Rincian Cuaca di Tujuh Wilayah Solo Raya
BMKG memprakirakan suhu udara di wilayah Jawa Tengah berkisar antara 16–34 derajat Celsius dengan kelembaban 45–95 persen. Angin bertiup dari arah Timur-Selatan dengan kecepatan 10–35 km/jam.
Untuk kawasan Solo Raya, berikut rincian prakiraan cuaca yang dirilis BMKG:
- Kota Surakarta: cerah berawan, suhu 26–33°C, kelembaban 50–80 persen.
- Kabupaten Sukoharjo: cerah berawan, suhu 26–33°C, kelembaban 50–80 persen.
- Kabupaten Klaten: cerah berawan, suhu 26–33°C, kelembaban 50–80 persen.
- Kabupaten Wonogiri: berawan, suhu 26–33°C, kelembaban 50–80 persen.
- Kabupaten Sragen: berawan, suhu 26–34°C, kelembaban 50–80 persen.
- Kabupaten Boyolali: berawan, suhu 22–32°C, kelembaban 60–90 persen.
- Kabupaten Karanganyar: berawan, suhu 22–33°C, kelembaban 60–90 persen.

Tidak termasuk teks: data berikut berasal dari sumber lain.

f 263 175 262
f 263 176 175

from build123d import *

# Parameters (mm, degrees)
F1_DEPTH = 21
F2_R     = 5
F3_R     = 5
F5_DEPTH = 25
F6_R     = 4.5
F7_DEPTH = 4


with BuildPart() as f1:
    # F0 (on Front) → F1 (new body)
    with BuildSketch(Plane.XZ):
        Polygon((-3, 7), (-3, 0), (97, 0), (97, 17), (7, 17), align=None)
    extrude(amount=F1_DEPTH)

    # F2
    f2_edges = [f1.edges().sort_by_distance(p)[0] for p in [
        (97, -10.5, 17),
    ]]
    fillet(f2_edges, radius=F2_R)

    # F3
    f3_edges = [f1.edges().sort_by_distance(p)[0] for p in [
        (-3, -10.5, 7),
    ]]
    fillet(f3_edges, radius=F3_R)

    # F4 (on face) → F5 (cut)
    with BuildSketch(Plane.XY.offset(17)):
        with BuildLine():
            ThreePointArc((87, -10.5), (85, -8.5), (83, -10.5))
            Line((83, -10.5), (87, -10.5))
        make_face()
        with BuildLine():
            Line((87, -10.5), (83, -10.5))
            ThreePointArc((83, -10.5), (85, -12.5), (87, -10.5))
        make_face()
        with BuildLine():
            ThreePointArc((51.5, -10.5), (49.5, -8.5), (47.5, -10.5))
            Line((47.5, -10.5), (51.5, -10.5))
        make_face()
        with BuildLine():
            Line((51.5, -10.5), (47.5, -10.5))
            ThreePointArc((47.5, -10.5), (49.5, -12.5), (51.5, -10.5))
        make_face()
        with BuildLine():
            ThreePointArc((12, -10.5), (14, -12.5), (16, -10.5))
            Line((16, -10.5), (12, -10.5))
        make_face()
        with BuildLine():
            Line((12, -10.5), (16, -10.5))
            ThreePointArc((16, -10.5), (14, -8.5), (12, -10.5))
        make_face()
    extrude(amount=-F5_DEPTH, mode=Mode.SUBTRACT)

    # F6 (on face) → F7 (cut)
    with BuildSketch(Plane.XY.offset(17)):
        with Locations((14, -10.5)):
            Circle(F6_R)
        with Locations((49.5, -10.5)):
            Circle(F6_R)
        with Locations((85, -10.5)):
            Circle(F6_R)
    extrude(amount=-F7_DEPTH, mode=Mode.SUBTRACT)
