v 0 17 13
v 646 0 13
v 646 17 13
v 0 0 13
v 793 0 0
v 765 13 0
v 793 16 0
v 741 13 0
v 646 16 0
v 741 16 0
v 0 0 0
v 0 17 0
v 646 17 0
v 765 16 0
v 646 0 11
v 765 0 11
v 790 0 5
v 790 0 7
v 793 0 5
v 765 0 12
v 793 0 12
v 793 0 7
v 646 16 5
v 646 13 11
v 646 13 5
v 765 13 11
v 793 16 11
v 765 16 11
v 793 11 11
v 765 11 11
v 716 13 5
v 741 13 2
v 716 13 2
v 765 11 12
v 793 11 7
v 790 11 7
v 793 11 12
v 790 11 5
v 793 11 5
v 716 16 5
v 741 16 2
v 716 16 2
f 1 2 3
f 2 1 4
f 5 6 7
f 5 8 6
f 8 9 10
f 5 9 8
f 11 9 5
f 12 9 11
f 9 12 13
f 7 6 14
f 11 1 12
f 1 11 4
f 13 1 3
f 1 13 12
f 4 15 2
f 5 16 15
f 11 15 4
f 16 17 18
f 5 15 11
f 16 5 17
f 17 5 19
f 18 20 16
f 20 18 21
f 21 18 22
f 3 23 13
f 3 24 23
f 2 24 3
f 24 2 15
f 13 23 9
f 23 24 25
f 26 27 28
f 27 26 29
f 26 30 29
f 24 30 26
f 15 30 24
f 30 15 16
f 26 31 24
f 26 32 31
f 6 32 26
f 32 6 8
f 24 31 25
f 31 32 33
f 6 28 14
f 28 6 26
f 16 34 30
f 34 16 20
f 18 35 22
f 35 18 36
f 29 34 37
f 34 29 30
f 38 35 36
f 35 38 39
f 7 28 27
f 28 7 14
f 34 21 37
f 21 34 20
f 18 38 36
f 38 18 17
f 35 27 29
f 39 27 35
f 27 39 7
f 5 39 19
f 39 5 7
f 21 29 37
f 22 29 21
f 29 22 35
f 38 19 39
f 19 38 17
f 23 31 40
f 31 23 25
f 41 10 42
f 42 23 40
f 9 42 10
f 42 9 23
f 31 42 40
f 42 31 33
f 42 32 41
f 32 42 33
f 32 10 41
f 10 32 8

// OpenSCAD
translate([9.5, 8.5, 6.5]) color([0.5005542720722199, 0.621843985236089, 0.6619765424276485]) cube([19, 17, 13], center=true);
translate([28.5, 8.5, 6.5]) color([0.8400519693824264, 0.699601591737329, 0.07964741684534404]) cube([19, 17, 13], center=true);
translate([47.5, 8.5, 6.5]) color([0.23738047361475634, 0.8282556520451495, 0.1762738246231843]) cube([19, 17, 13], center=true);
translate([66.5, 8.5, 6.5]) color([0.9459581227747745, 0.9565644324307663, 0.8963269305888116]) cube([19, 17, 13], center=true);
translate([85.5, 8.5, 6.5]) color([0.7428117304122551, 0.8383436924491765, 0.5614087817692366]) cube([19, 17, 13], center=true);
translate([104.5, 8.5, 6.5]) color([0.7177928021437573, 0.4271772721979724, 0.8646648421725511]) cube([19, 17, 13], center=true);
translate([123.5, 8.5, 6.5]) color([0.10365846470378459, 0.6285317276232824, 0.7101075213407797]) cube([19, 17, 13], center=true);
translate([142.5, 8.5, 6.5]) color([0.6149371087697887, 0.0400488022899097, 0.34025031183581533]) cube([19, 17, 13], center=true);
translate([161.5, 8.5, 6.5]) color([0.7380159626358669, 0.3765176313166855, 0.6257641682954356]) cube([19, 17, 13], center=true);
translate([180.5, 8.5, 6.5]) color([0.8894786539399329, 0.4963449395419606, 0.3583651728386771]) cube([19, 17, 13], center=true);
translate([199.5, 8.5, 6.5]) color([0.6716454412848432, 0.45811681625355094, 0.5074379917667022]) cube([19, 17, 13], center=true);
translate([218.5, 8.5, 6.5]) color([0.16228475224599026, 0.7529781863444399, 0.3376457636791449]) cube([19, 17, 13], center=true);
translate([237.5, 8.5, 6.5]) color([0.8033239356600728, 0.9444207727357242, 0.014783921172948133]) cube([19, 17, 13], center=true);
translate([256.5, 8.5, 6.5]) color([0.5303420268039528, 0.2882277186993394, 0.4689175335863792]) cube([19, 17, 13], center=true);
translate([275.5, 8.5, 6.5]) color([0.03492832759702502, 0.5317931441254861, 0.552095437515129]) cube([19, 17, 13], center=true);
translate([294.5, 8.5, 6.5]) color([0.9340898594770107, 0.03830085289416996, 0.3950652682884612]) cube([19, 17, 13], center=true);
translate([313.5, 8.5, 6.5]) color([0.1200155720396251, 0.34658884626630715, 0.051152415727703016]) cube([19, 17, 13], center=true);
translate([332.5, 8.5, 6.5]) color([0.2730496953424699, 0.9956802504828091, 0.25391998649183944]) cube([19, 17, 13], center=true);
translate([351.5, 8.5, 6.5]) color([0.6803935586065328, 0.7027090324157298, 0.9291230685247301]) cube([19, 17, 13], center=true);
translate([370.5, 8.5, 6.5]) color([0.9949404722907454, 0.7620813713006523, 0.7625973189567923]) cube([19, 17, 13], center=true);
translate([389.5, 8.5, 6.5]) color([0.5162610213479427, 0.3860717563215982, 0.8343975914408754]) cube([19, 17, 13], center=true);
translate([408.5, 8.5, 6.5]) color([0.2506337702942619, 0.11599539642064438, 0.9817240858781537]) cube([19, 17, 13], center=true);
translate([427.5, 8.5, 6.5]) color([0.8047994372884794, 0.9431012043694105, 0.24264659424234813]) cube([19, 17, 13], center=true);
translate([442.5, 8.5, 6.5]) color([0.6738638931519124, 0.5327800265053269, 0.8756440829735669]) cube([11, 17, 13], center=true);
translate([453.5, 8.5, 6.5]) color([0.16255101499230828, 0.8680483691353614, 0.15305579700066485]) cube([11, 17, 13], center=true);
translate([464.5, 8.5, 6.5]) color([0.8462165202751376, 0.8200801239095041, 0.5849326984313064]) cube([11, 17, 13], center=true);
translate([475.5, 8.5, 6.5]) color([0.05125489506773162, 0.156166769208809, 0.34458118202681143]) cube([11, 17, 13], center=true);
translate([486.5, 8.5, 6.5]) color([0.291190613997825, 0.29342424365134856, 0.49485912757206985]) cube([11, 17, 13], center=true);
translate([497.5, 8.5, 6.5]) color([0.40365829021262367, 0.43100562682353716, 0.17003546655932655]) cube([11, 17, 13], center=true);
translate([508.5, 8.5, 6.5]) color([0.788340085303476, 0.5686027559906347, 0.44188886974638586]) cube([11, 17, 13], center=true);
translate([519.5, 8.5, 6.5]) color([0.3413461590512491, 0.009317740415098474, 0.72162474304745]) cube([11, 17, 13], center=true);
translate([530.5, 8.5, 6.5]) color([0.9099060293040379, 0.6642090292154819, 0.6628365798191557]) cube([11, 17, 13], center=true);
translate([541.5, 8.5, 6.5]) color([0.2575988974219705, 0.6122127561841502, 0.07024606726227145]) cube([11, 17, 13], center=true);
translate([552.5, 8.5, 6.5]) color([0.936077955543095, 0.27870721332570936, 0.8301443917589898]) cube([11, 17, 13], center=true);
translate([563.5, 8.5, 6.5]) color([0.5295296249528143, 0.06328696503387199, 0.639390097241117]) cube([11, 17, 13], center=true);
translate([574.5, 8.5, 6.5]) color([0.579686955437464, 0.9416538141960143, 0.6321291610349786]) cube([11, 17, 13], center=true);
translate([585.5, 8.5, 6.5]) color([0.5434228748459046, 0.38469874676133664, 0.434637548519362]) cube([11, 17, 13], center=true);
translate([596.5, 8.5, 6.5]) color([0.31139777068021024, 0.01363511702942577, 0.7785312160167684]) cube([11, 17, 13], center=true);
translate([607.5, 8.5, 6.5]) color([0.8197509625398982, 0.28044077713976767, 0.2581907625337724]) cube([11, 17, 13], center=true);
translate([618.5, 8.5, 6.5]) color([0.5272652548146236, 0.3179301097250754, 0.3422638341038545]) cube([11, 17, 13], center=true);
translate([629.5, 8.5, 6.5]) color([0.7055726929201963, 0.43169639849300545, 0.14170724037842175]) cube([11, 17, 13], center=true);
translate([640.5, 8.5, 6.5]) color([0.0059275683019511805, 0.5113413643489257, 0.7846494738841625]) cube([11, 17, 13], center=true);
translate([649.5, 6.5, 5.5]) color([0.7013909140505133, 0.7815279332048084, 0.38414456219182536]) cube([7, 13, 11], center=true);
translate([656.5, 6.5, 5.5]) color([0.4641305725985776, 0.036369164001931575, 0.9124290899309246]) cube([7, 13, 11], center=true);
translate([663.5, 6.5, 5.5]) color([0.6366653413633517, 0.798477007479407, 0.7602358551941967]) cube([7, 13, 11], center=true);
translate([670.5, 6.5, 5.5]) color([0.899814300356001, 0.3622224295816935, 0.9815510059994267]) cube([7, 13, 11], center=true);
translate([677.5, 6.5, 5.5]) color([0.15851660579635174, 0.19450942151924966, 0.35447317829590397]) cube([7, 13, 11], center=true);
translate([684.5, 6.5, 5.5]) color([0.700089123077614, 0.019141470871264166, 0.7352582011311831]) cube([7, 13, 11], center=true);
translate([691.5, 6.5, 5.5]) color([0.5715587801616956, 0.24207966979200135, 0.18514161515939986]) cube([7, 13, 11], center=true);
translate([698.5, 6.5, 5.5]) color([0.7580746928341441, 0.4199819570625165, 0.5731405723704375]) cube([7, 13, 11], center=true);
translate([705.5, 6.5, 5.5]) color([0.23673356878784502, 0.7138158488992904, 0.8637627475626694]) cube([7, 13, 11], center=true);
translate([712.5, 6.5, 5.5]) color([0.8949592620642776, 0.8103115760161889, 0.1004216369837837]) cube([7, 13, 11], center=true);
translate([719.5, 6.5, 5.5]) color([0.18827941391234093, 0.44049583318501173, 0.06522983258952386]) cube([7, 13, 11], center=true);
translate([726.5, 6.5, 5.5]) color([0.42674703623912436, 0.3947422574489625, 0.27185274848852736]) cube([7, 13, 11], center=true);
translate([733.5, 6.5, 5.5]) color([0.43721657158275895, 0.7577296702077931, 0.3561631337530091]) cube([7, 13, 11], center=true);
translate([740.5, 6.5, 5.5]) color([0.3277620307403001, 0.30701912216942273, 0.492518074892234]) cube([7, 13, 11], center=true);
translate([747.5, 6.5, 5.5]) color([0.7625268269371841, 0.2027877178963453, 0.39789846082497404]) cube([7, 13, 11], center=true);
translate([754.5, 6.5, 5.5]) color([0.4356119392473006, 0.6353731723550147, 0.673076446274384]) cube([7, 13, 11], center=true);
translate([761.5, 6.5, 5.5]) color([0.6970991483341651, 0.8225488218547198, 0.5826892216899469]) cube([7, 13, 11], center=true);
translate([767.5, 5.5, 3.5]) color([0.3545830833155835, 0.5687886411459258, 0.564415288794693]) cube([5, 11, 7], center=true);
translate([768.5, 13.5, 5.5]) color([0.2783497745403337, 0.8220051901362931, 0.39809270556066123]) cube([7, 5, 11], center=true);
translate([768.5, 5.5, 9.5]) color([0.9209203386432881, 0.13533998311747797, 0.08148203466772541]) cube([7, 11, 5], center=true);
translate([772.5, 5.5, 3.5]) color([0.8649487446802395, 0.36102136972914045, 0.06937329613248533]) cube([5, 11, 7], center=true);
translate([775.5, 13.5, 5.5]) color([0.7172877126247486, 0.671396341477498, 0.47110224547326685]) cube([7, 5, 11], center=true);
translate([775.5, 5.5, 9.5]) color([0.3145322421799046, 0.8413649413366762, 0.9545082818366412]) cube([7, 11, 5], center=true);
translate([777.5, 5.5, 3.5]) color([0.02538948740661906, 0.39264862168779513, 0.12527064222330164]) cube([5, 11, 7], center=true);
translate([782.5, 5.5, 3.5]) color([0.9928151500577586, 0.6355716010561779, 0.40641678624517696]) cube([5, 11, 7], center=true);
translate([782.5, 13.5, 5.5]) color([0.1421319514189895, 0.14748951348813844, 0.8666090764559645]) cube([7, 5, 11], center=true);
translate([782.5, 5.5, 9.5]) color([0.5114920143771782, 0.16291179601388028, 0.8928293074217152]) cube([7, 11, 5], center=true);
translate([787.5, 5.5, 3.5]) color([0.9106207302279238, 0.7053130391381187, 0.7162737307255599]) cube([5, 11, 7], center=true);
translate([789.5, 13.5, 5.5]) color([0.7235742512845528, 0.7298089625221481, 0.5196081403156461]) cube([7, 5, 11], center=true);
translate([789.5, 5.5, 9.5]) color([0.823493134639761, 0.6911885197769689, 0.6973164426626367]) cube([7, 11, 5], center=true);
translate([791.5, 3.5, 2.5]) color([0.38726457915960755, 0.18022138882203653, 0.8001465394041192]) cube([3, 7, 5], center=true);
translate([649.5, 14.5, 2.5]) color([0.8129994204848935, 0.08072942167368968, 0.17442535469903642]) cube([7, 3, 5], center=true);
translate([656.5, 14.5, 2.5]) color([0.26558344961408153, 0.8002006207478382, 0.3279381595582189]) cube([7, 3, 5], center=true);
translate([663.5, 14.5, 2.5]) color([0.7086727191051987, 0.7823295314553788, 0.5174360046946651]) cube([7, 3, 5], center=true);
translate([670.5, 14.5, 2.5]) color([0.45647885649310815, 0.9099967640280606, 0.7566722996545016]) cube([7, 3, 5], center=true);
translate([677.5, 14.5, 2.5]) color([0.44882496858184395, 0.15281911968142636, 0.6325441046469116]) cube([7, 3, 5], center=true);
translate([684.5, 14.5, 2.5]) color([0.1769660088535372, 0.5122224095001495, 0.8959696721858674]) cube([7, 3, 5], center=true);
translate([691.5, 14.5, 2.5]) color([0.31608020378500323, 0.9467436825606468, 0.1928870204716916]) cube([7, 3, 5], center=true);
translate([698.5, 14.5, 2.5]) color([0.7910187054913302, 0.6108926701450443, 0.8122678209742187]) cube([7, 3, 5], center=true);
translate([705.5, 14.5, 2.5]) color([0.5222627979471512, 0.7095307583634994, 0.9126687247694082]) cube([7, 3, 5], center=true);
translate([712.5, 14.5, 2.5]) color([0.13487625477079712, 0.7715208720856912, 0.05716454642595936]) cube([7, 3, 5], center=true);
translate([791.5, 8.0, 2.5]) color([0.08241654053773162, 0.5176706786705761, 0.0024604932439482585]) cube([3, 2, 5], center=true);
translate([791.5, 10.0, 2.5]) color([0.774865046739482, 0.10398133417765076, 0.6075408633971222]) cube([3, 2, 5], center=true);
translate([718.5, 14.5, 1.0]) color([0.5702741924791085, 0.335807396721168, 0.3780654483467295]) cube([5, 3, 2], center=true);
translate([723.5, 14.5, 1.0]) color([0.36205489178930694, 0.8413126085807436, 0.6365683683667089]) cube([5, 3, 2], center=true);
translate([728.5, 14.5, 1.0]) color([0.13610848275491239, 0.9255182446742467, 0.18259927432055334]) cube([5, 3, 2], center=true);
translate([733.5, 14.5, 1.0]) color([0.12509989752770068, 0.33788945440902196, 0.607477949510089]) cube([5, 3, 2], center=true);
translate([738.5, 14.5, 1.0]) color([0.04413950751599882, 0.6453929548117466, 0.6988419541065013]) cube([5, 3, 2], center=true);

Potensi Gelombang Tinggi di Perairan Selatan
BMKG mencatat ketinggian gelombang di Perairan Utara Jawa Tengah berada pada kisaran 0,5–2,5 meter. Sementara itu, Perairan Selatan Jawa Tengah berpotensi mengalami gelombang lebih tinggi, mencapai 1,25–4,0 meter.
Masyarakat yang beraktivitas di pesisir selatan, termasuk nelayan, diimbau memperhatikan perkembangan cuaca sebelum melaut. Kondisi gelombang dengan ketinggian tersebut perlu diwaspadai mengingat berisiko bagi keselamatan pelayaran.
Waspada Kebakaran Hutan dan Lahan
Memasuki puncak musim kemarau, BMKG mengingatkan potensi kemudahan terjadinya kebakaran hutan dan lahan meningkat. Masyarakat diminta tidak membakar sampah atau membuang puntung rokok sembarangan di area lahan kering.
Imbauan ini menjadi perhatian khusus bagi warga yang tinggal di dekat kawasan pertanian, perkebunan, maupun hutan di wilayah Boyolali, Karanganyar, dan Wonogiri yang memiliki topografi berbukit.